The Okavango offers an oasis of habitat for prolific plant and animal life in a personified state of "balance in nature." Two plants dominate the Delta's perennial swamps: papyrus, a giant sedge (type of grass) which grows naturally only in Africa, and the willowy phoenix palm. They provide a fascinating record of recent changes in the limits of the perennial swamps. Papyrus, being a herbaceous species, responds more quickly to changes in water level than the phoenix, which is a woody species. The full extent of the perennial swamps along the Thaoge River, before it began to dry up this century, can be seen by the distribution of the phoenix palm, which extends much further south than the papyrus. Conversely, papyrus extends much farther east than the palm, along the Moanatshira system. This indicates the expansion of perennial swamps during this century. On the Boro River, the papyrus and phoenix occur in the same places, indicating that the extent of swamp areas has remained relatively unchanged in the central Delta during this century.

Inhabiting the waters of the Okavango are an estimated 35 million fish of almost 80 species. The most abundant, three species of bream, are preserved from excessive predation by crocodiles feeding on the tiger fish that would prey on the bream.

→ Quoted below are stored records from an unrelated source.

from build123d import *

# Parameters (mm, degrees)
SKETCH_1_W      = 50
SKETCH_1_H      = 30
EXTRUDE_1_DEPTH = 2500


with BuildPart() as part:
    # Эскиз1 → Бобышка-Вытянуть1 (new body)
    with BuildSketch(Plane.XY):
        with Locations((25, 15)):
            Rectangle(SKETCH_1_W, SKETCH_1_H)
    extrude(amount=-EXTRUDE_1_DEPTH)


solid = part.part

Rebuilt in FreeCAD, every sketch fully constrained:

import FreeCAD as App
import Part
import Sketcher

V = App.Vector

doc = App.newDocument("Part")
body = doc.addObject("PartDesign::Body", "Body")

sketch1 = doc.addObject("Sketcher::SketchObject", "Sketch")
body.addObject(sketch1)
sketch1.AttachmentSupport = (doc.XY_Plane, [""])
sketch1.MapMode = "FlatFace"
sketch1.addGeometry([
    Part.LineSegment(V(0, 30, 0), V(0, 0, 0)),
    Part.LineSegment(V(0, 0, 0), V(50, 0, 0)),
    Part.LineSegment(V(50, 0, 0), V(50, 30, 0)),
    Part.LineSegment(V(50, 30, 0), V(0, 30, 0)),
], False)
sketch1.addConstraint([
    Sketcher.Constraint("Coincident", 0, 2, 1, 1),
    Sketcher.Constraint("Coincident", 1, 2, 2, 1),
    Sketcher.Constraint("Coincident", 2, 2, 3, 1),
    Sketcher.Constraint("Coincident", 3, 2, 0, 1),
    Sketcher.Constraint("Vertical", 0),
    Sketcher.Constraint("Horizontal", 1),
    Sketcher.Constraint("Vertical", 2),
    Sketcher.Constraint("Horizontal", 3),
    Sketcher.Constraint("Coincident", 0, 2, -1, 1),
    Sketcher.Constraint("DistanceX", 1, 1, 1, 2, 50.0),
    Sketcher.Constraint("DistanceY", 0, 2, 0, 1, 30.0),
])
pad1 = doc.addObject("PartDesign::Pad", "Pad")
body.addObject(pad1)
pad1.Profile = sketch1
pad1.Length = 2500
pad1.Reversed = True

doc.recompute()
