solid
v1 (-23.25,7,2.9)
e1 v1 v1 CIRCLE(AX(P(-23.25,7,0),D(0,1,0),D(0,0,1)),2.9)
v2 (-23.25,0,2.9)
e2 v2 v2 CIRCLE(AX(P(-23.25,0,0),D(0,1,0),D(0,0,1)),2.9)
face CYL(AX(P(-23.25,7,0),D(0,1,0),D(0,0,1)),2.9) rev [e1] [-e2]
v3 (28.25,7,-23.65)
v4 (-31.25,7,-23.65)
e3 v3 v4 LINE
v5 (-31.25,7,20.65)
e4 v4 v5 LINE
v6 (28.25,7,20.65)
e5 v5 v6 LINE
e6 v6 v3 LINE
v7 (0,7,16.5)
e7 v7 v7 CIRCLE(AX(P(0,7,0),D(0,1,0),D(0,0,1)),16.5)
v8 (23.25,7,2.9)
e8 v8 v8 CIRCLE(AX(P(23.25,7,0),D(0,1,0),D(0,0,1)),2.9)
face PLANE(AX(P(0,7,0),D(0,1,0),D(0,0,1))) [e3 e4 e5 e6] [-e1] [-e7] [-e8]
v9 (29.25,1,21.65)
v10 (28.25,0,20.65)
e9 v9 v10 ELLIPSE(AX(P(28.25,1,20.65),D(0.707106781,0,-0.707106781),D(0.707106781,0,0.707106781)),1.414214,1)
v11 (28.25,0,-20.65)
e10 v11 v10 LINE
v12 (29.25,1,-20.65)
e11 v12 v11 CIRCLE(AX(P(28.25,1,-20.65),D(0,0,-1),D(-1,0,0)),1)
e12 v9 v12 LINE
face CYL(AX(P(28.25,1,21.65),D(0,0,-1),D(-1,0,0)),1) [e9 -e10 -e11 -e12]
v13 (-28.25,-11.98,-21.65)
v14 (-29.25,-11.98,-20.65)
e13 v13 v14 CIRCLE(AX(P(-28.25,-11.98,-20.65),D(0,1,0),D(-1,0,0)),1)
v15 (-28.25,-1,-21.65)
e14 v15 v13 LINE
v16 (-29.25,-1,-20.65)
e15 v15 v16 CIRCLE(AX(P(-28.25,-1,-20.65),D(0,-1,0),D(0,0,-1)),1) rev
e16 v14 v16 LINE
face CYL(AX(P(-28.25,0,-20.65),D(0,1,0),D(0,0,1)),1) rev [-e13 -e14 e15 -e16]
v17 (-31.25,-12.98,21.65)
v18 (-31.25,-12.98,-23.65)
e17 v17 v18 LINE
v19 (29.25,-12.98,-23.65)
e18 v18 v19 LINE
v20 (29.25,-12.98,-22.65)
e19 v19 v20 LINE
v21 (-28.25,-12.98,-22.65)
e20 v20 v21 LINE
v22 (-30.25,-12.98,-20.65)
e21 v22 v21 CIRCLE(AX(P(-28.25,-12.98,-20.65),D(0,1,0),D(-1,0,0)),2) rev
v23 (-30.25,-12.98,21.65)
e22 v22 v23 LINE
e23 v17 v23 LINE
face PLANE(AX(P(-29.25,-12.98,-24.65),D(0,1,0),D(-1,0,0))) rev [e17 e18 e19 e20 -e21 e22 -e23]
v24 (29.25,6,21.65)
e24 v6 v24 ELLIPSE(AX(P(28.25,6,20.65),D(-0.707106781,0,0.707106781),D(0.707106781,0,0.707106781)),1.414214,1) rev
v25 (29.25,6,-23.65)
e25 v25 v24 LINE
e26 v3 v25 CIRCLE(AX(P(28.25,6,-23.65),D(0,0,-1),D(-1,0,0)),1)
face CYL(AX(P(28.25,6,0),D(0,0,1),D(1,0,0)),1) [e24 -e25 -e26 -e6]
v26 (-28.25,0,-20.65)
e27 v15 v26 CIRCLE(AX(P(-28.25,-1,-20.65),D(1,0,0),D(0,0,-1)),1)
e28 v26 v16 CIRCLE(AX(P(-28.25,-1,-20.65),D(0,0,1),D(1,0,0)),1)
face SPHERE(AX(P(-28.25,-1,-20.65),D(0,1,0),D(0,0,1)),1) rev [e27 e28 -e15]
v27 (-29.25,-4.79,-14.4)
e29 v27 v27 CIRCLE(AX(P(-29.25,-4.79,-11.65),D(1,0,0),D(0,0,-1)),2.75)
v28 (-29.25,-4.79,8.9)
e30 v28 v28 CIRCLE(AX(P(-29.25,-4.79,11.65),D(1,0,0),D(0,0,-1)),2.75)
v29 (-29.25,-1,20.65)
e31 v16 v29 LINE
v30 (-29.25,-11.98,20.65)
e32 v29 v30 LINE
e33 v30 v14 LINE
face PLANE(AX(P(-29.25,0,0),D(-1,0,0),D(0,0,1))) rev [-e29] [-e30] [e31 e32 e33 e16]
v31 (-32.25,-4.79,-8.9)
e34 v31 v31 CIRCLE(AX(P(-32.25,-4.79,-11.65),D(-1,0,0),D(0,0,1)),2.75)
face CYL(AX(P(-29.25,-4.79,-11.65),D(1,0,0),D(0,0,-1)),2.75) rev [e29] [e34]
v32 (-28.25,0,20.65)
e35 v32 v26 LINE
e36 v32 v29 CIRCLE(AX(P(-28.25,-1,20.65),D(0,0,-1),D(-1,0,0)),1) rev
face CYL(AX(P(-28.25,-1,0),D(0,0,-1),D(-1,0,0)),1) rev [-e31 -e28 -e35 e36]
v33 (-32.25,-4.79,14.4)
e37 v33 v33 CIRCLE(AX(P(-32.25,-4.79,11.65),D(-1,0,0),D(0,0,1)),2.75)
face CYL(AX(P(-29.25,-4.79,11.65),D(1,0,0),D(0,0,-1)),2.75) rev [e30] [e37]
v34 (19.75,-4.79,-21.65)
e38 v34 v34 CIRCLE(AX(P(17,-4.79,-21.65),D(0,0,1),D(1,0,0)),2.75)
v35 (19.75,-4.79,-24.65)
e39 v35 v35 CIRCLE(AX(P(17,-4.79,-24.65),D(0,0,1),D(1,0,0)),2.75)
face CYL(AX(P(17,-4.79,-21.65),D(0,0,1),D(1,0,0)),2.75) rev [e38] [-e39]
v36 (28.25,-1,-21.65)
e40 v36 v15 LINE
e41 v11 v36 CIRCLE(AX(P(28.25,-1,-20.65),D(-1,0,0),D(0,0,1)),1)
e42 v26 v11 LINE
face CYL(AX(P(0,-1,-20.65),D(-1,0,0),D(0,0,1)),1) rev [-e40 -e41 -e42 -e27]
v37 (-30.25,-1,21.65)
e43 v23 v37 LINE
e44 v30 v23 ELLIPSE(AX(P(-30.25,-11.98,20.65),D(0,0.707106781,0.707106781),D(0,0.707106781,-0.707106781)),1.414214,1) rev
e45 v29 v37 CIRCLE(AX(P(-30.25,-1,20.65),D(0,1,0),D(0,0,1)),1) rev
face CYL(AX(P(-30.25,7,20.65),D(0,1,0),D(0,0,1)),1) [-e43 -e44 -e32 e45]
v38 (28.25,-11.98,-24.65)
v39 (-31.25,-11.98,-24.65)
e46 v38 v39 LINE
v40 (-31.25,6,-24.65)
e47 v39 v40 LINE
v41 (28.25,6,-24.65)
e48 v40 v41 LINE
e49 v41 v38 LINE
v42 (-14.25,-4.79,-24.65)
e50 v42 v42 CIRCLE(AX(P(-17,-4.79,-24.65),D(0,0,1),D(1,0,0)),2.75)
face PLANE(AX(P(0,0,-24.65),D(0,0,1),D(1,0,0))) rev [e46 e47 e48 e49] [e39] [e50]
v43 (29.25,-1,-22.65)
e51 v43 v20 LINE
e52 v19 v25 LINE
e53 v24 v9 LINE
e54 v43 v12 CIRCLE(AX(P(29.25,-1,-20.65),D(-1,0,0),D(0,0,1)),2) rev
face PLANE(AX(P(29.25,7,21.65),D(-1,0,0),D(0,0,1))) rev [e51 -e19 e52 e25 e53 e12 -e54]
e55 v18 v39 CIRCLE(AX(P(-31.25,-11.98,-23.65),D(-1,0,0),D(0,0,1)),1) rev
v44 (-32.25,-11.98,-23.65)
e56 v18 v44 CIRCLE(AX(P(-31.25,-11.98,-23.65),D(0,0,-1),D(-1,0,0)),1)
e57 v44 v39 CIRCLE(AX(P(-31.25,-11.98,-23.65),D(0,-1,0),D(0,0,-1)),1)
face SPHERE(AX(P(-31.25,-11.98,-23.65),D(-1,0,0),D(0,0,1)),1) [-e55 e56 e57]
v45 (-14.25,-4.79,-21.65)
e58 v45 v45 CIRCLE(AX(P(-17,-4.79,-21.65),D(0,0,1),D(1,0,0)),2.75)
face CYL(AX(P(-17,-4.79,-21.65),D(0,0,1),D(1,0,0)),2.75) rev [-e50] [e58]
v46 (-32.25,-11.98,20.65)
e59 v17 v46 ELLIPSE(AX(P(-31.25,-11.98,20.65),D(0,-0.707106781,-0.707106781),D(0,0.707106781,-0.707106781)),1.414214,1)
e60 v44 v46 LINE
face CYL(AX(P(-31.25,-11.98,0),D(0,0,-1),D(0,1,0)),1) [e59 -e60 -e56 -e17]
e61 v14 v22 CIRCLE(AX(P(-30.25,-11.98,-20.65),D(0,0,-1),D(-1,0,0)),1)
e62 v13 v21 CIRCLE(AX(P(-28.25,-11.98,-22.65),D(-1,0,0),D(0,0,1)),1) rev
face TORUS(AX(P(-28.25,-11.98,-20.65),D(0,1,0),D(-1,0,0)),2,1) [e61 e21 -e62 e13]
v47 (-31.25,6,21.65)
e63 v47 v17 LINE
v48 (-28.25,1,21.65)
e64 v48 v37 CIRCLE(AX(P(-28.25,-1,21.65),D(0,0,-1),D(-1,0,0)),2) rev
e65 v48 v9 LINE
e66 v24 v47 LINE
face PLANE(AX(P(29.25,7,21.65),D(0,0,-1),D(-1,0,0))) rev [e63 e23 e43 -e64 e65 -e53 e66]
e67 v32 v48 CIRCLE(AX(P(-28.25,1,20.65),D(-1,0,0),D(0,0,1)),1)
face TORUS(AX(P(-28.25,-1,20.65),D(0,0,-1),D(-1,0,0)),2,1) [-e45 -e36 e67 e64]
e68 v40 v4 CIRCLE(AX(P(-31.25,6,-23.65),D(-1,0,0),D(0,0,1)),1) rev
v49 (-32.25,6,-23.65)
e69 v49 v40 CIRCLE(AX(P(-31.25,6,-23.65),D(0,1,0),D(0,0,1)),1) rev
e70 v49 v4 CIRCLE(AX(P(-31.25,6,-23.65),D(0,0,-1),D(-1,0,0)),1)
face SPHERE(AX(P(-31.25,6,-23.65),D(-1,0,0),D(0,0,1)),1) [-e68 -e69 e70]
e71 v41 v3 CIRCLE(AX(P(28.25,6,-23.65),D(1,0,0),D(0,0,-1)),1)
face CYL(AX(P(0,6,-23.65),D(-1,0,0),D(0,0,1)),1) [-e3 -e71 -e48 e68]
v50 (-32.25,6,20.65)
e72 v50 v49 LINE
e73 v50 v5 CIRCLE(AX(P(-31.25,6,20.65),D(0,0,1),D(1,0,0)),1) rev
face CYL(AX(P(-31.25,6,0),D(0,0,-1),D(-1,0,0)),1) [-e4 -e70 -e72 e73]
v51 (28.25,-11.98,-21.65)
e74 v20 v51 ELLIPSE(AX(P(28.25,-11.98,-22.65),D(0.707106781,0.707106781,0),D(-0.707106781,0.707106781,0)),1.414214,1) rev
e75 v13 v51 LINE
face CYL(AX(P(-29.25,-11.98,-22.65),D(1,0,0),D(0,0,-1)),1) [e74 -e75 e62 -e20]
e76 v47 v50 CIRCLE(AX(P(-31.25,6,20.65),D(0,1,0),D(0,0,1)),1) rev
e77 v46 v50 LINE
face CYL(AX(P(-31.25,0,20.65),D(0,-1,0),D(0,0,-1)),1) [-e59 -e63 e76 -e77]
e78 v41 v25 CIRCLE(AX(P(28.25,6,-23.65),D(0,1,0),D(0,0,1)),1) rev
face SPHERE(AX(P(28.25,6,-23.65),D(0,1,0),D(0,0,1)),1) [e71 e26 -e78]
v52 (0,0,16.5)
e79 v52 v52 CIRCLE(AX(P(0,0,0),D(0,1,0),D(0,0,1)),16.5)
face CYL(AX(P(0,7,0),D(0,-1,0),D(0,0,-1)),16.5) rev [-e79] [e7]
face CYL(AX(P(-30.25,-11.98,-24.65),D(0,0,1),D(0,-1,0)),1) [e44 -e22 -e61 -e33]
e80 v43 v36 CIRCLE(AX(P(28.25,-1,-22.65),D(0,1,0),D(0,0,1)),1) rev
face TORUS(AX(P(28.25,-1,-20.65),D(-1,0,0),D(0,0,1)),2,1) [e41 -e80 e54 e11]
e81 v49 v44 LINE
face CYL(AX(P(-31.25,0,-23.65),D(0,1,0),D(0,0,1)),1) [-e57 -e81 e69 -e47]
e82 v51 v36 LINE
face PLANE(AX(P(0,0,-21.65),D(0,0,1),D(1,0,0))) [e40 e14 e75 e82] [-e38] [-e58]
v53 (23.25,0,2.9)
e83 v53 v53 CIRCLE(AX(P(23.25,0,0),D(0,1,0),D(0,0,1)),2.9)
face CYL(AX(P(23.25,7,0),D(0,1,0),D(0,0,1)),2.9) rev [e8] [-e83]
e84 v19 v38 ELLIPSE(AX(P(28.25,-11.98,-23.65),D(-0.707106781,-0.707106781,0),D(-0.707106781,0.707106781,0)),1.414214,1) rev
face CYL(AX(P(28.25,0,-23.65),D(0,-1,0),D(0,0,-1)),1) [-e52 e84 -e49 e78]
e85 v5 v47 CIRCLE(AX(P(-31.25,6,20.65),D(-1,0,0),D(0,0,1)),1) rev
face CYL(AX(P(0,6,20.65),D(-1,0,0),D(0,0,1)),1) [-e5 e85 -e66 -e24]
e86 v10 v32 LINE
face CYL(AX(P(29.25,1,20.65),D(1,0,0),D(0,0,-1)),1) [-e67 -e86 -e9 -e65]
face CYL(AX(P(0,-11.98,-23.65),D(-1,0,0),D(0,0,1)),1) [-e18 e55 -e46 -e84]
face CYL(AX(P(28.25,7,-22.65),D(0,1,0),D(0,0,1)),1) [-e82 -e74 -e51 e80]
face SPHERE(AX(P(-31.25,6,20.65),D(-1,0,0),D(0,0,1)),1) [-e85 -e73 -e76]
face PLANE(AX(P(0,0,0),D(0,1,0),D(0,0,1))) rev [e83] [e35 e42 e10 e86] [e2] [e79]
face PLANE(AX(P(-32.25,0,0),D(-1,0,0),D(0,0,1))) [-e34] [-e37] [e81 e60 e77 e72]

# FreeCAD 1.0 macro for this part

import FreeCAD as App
import Part
import Sketcher


def edges_at(feature, points):
    """Names of the edges that pass closest to the given points."""
    edges = feature.Shape.Edges
    near = lambda p: min(range(len(edges)), key=lambda i: edges[i].distToShape(Part.Vertex(*p))[0])
    return sorted({f"Edge{near(p) + 1}" for p in points})

doc = App.newDocument("Part")
body = doc.addObject("PartDesign::Body", "Body")

# Sketch on XZ plane
sketch1 = body.newObject("Sketcher::SketchObject", "Sketch")
sketch1.AttachmentSupport = (doc.getObject("XZ_Plane"), [""])
sketch1.MapMode = "FlatFace"
sketch1.addGeometry(Part.LineSegment(App.Vector(-29.25, -21.65, 0), App.Vector(-29.25, 21.65, 0)), False)
sketch1.addGeometry(Part.LineSegment(App.Vector(-29.25, 21.65, 0), App.Vector(29.25, 21.65, 0)), False)
sketch1.addGeometry(Part.LineSegment(App.Vector(29.25, 21.65, 0), App.Vector(29.25, -21.65, 0)), False)
sketch1.addGeometry(Part.LineSegment(App.Vector(29.25, -21.65, 0), App.Vector(-29.25, -21.65, 0)), False)
sketch1.addGeometry(Part.Circle(App.Vector(0, 0, 0), App.Vector(0, 0, 1), 16.5), False)
sketch1.addConstraint(Sketcher.Constraint("Coincident", 0, 2, 1, 1))
sketch1.addConstraint(Sketcher.Constraint("Coincident", 1, 2, 2, 1))
sketch1.addConstraint(Sketcher.Constraint("Coincident", 2, 2, 3, 1))
sketch1.addConstraint(Sketcher.Constraint("Coincident", 3, 2, 0, 1))
sketch1.addConstraint(Sketcher.Constraint("Vertical", 0))
sketch1.addConstraint(Sketcher.Constraint("Horizontal", 1))
sketch1.addConstraint(Sketcher.Constraint("Vertical", 2))
sketch1.addConstraint(Sketcher.Constraint("Horizontal", 3))
sketch1.addConstraint(Sketcher.Constraint("Coincident", 4, 3, -1, 1))
sketch1.addConstraint(Sketcher.Constraint("Symmetric", 0, 2, 2, 2, -1, 1))
sketch1.addConstraint(Sketcher.Constraint("Diameter", 4, 33.0))
sketch1.addConstraint(Sketcher.Constraint("DistanceX", 1, 1, 1, 2, 58.5))
sketch1.addConstraint(Sketcher.Constraint("DistanceY", 0, 1, 0, 2, 43.3))
pad1 = body.newObject("PartDesign::Pad", "Pad")
pad1.Profile = sketch1
pad1.Length = 7
pad1.Reversed = True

Hippos flatten paths through the papyrus on their nocturnal forays to graze, allowing easier access for the sitatunga and antelope to traverse across the swamps during their daytime migrations. Belts of forest fringe the swamps with tall trees giving shade to large herds of larger game. Beyond the forest fringe the landscape forms an open savanna park land, and in these drier areas the greatest concentrations of game are accompanied by the predator families: lion, leopard, cheetah, hyena, and wild dog. It is in these forest fringes and savanna grasslands that elephants and giraffes can be found browsing with antelope of almost every kind, from buffalo, wildebeest, and kudu, to sable, roan and impala. Okavango is a delicate and unique example of dynamic equilibrium at work in nature. A place worthy of being called a "greatest place."